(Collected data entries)
------------------------------------------------------------------------

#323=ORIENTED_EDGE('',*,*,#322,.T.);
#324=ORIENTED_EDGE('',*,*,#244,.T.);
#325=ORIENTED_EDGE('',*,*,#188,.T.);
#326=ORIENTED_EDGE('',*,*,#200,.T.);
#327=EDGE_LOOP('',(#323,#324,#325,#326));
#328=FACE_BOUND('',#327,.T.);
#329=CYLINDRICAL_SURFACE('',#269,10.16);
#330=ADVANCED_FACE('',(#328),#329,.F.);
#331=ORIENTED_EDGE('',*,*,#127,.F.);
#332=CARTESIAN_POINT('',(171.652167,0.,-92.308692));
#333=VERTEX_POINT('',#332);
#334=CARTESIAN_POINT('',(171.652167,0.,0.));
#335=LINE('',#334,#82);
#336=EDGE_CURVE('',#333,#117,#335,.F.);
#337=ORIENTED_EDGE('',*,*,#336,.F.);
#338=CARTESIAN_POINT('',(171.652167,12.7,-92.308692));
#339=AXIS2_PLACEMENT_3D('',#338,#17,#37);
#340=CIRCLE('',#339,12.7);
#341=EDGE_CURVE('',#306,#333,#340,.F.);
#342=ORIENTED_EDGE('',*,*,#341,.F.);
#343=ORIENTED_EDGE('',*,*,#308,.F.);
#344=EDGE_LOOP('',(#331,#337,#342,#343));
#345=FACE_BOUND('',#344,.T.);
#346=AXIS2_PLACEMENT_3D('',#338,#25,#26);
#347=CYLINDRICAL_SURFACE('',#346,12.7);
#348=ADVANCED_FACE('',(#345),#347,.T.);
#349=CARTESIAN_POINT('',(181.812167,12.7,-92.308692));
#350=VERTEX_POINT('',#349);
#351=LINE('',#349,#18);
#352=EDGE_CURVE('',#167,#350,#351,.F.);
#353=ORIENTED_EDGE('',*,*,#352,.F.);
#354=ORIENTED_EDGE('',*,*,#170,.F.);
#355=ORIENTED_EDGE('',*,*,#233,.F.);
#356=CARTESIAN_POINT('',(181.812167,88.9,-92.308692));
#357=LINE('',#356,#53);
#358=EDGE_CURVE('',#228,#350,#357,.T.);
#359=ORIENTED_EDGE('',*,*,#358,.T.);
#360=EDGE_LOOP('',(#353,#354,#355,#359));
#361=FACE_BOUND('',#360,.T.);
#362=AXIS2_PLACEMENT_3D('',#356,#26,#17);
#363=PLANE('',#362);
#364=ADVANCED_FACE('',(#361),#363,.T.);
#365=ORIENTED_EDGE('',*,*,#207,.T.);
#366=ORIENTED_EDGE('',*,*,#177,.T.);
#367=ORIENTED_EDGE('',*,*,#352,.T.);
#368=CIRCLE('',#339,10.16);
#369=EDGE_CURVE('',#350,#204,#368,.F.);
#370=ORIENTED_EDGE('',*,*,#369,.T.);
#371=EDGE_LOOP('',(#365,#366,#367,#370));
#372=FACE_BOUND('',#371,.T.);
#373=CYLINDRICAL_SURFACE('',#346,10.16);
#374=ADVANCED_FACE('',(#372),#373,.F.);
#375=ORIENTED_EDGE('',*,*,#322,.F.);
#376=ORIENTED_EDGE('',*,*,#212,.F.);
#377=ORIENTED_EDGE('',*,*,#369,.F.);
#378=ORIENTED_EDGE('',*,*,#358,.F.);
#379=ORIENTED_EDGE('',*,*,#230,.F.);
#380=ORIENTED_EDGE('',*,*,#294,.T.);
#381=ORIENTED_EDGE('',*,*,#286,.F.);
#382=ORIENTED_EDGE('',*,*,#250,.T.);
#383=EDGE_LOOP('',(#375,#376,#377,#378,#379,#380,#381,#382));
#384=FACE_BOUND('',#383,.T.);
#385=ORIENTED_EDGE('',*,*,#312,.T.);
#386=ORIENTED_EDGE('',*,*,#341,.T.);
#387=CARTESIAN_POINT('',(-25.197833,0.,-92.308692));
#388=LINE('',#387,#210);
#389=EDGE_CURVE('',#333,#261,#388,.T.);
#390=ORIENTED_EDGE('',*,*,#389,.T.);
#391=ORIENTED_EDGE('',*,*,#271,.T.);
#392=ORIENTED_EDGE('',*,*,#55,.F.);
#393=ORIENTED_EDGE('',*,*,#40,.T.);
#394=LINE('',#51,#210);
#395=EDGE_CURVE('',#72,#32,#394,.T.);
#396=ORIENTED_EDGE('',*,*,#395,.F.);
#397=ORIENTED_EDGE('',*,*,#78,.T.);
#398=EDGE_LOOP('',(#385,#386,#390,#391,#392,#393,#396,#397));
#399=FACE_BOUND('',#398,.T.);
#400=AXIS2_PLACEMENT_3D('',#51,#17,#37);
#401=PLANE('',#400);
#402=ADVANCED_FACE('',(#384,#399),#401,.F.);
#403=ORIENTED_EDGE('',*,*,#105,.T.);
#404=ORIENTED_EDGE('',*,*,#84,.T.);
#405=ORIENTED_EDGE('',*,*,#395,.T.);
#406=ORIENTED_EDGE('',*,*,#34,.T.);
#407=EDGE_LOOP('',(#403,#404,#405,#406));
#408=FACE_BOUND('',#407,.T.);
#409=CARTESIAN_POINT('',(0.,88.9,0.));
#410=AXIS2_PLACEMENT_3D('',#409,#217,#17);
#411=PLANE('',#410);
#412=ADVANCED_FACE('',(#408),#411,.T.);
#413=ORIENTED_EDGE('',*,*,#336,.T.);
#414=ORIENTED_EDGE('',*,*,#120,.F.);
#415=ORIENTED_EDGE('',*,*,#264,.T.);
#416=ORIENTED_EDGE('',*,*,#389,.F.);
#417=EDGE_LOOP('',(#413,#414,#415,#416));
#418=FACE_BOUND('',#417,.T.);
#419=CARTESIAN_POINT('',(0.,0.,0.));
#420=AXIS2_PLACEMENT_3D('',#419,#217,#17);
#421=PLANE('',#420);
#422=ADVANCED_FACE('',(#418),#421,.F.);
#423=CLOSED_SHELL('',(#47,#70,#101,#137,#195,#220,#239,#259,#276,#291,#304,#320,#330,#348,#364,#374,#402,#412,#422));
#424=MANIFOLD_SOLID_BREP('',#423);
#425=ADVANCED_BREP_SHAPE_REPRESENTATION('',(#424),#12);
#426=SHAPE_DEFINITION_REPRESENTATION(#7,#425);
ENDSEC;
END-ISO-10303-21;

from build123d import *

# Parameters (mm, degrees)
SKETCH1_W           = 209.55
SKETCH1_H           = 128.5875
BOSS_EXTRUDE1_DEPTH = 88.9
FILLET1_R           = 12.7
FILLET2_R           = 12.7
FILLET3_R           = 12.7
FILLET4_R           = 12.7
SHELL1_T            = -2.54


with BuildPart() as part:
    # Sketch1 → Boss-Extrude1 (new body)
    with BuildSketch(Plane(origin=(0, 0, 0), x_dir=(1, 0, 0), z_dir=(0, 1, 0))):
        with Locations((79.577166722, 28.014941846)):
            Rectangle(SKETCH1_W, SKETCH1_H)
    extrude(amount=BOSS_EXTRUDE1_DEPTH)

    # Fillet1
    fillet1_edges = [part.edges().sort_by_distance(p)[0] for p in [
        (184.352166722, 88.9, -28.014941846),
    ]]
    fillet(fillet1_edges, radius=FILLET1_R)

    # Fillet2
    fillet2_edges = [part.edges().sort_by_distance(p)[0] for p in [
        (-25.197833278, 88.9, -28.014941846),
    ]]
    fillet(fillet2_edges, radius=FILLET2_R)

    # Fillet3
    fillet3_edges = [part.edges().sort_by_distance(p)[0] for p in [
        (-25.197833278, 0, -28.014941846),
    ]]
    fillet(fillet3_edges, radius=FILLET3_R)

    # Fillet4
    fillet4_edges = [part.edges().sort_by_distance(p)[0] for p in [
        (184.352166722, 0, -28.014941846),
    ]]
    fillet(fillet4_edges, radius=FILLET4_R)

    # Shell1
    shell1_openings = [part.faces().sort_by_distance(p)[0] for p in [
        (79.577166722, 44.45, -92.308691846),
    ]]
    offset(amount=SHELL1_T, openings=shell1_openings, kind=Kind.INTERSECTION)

------------------------------------------------------------------------

Print, without alteration, only the lines above between the one holding "#372=FACE_BOUND('',#371,.T.);" and the one holding "#404=ORIENTED_EDGE('',*,*,#84,.T.);", inclusive.

#372=FACE_BOUND('',#371,.T.);
#373=CYLINDRICAL_SURFACE('',#346,10.16);
#374=ADVANCED_FACE('',(#372),#373,.F.);
#375=ORIENTED_EDGE('',*,*,#322,.F.);
#376=ORIENTED_EDGE('',*,*,#212,.F.);
#377=ORIENTED_EDGE('',*,*,#369,.F.);
#378=ORIENTED_EDGE('',*,*,#358,.F.);
#379=ORIENTED_EDGE('',*,*,#230,.F.);
#380=ORIENTED_EDGE('',*,*,#294,.T.);
#381=ORIENTED_EDGE('',*,*,#286,.F.);
#382=ORIENTED_EDGE('',*,*,#250,.T.);
#383=EDGE_LOOP('',(#375,#376,#377,#378,#379,#380,#381,#382));
#384=FACE_BOUND('',#383,.T.);
#385=ORIENTED_EDGE('',*,*,#312,.T.);
#386=ORIENTED_EDGE('',*,*,#341,.T.);
#387=CARTESIAN_POINT('',(-25.197833,0.,-92.308692));
#388=LINE('',#387,#210);
#389=EDGE_CURVE('',#333,#261,#388,.T.);
#390=ORIENTED_EDGE('',*,*,#389,.T.);
#391=ORIENTED_EDGE('',*,*,#271,.T.);
#392=ORIENTED_EDGE('',*,*,#55,.F.);
#393=ORIENTED_EDGE('',*,*,#40,.T.);
#394=LINE('',#51,#210);
#395=EDGE_CURVE('',#72,#32,#394,.T.);
#396=ORIENTED_EDGE('',*,*,#395,.F.);
#397=ORIENTED_EDGE('',*,*,#78,.T.);
#398=EDGE_LOOP('',(#385,#386,#390,#391,#392,#393,#396,#397));
#399=FACE_BOUND('',#398,.T.);
#400=AXIS2_PLACEMENT_3D('',#51,#17,#37);
#401=PLANE('',#400);
#402=ADVANCED_FACE('',(#384,#399),#401,.F.);
#403=ORIENTED_EDGE('',*,*,#105,.T.);
#404=ORIENTED_EDGE('',*,*,#84,.T.);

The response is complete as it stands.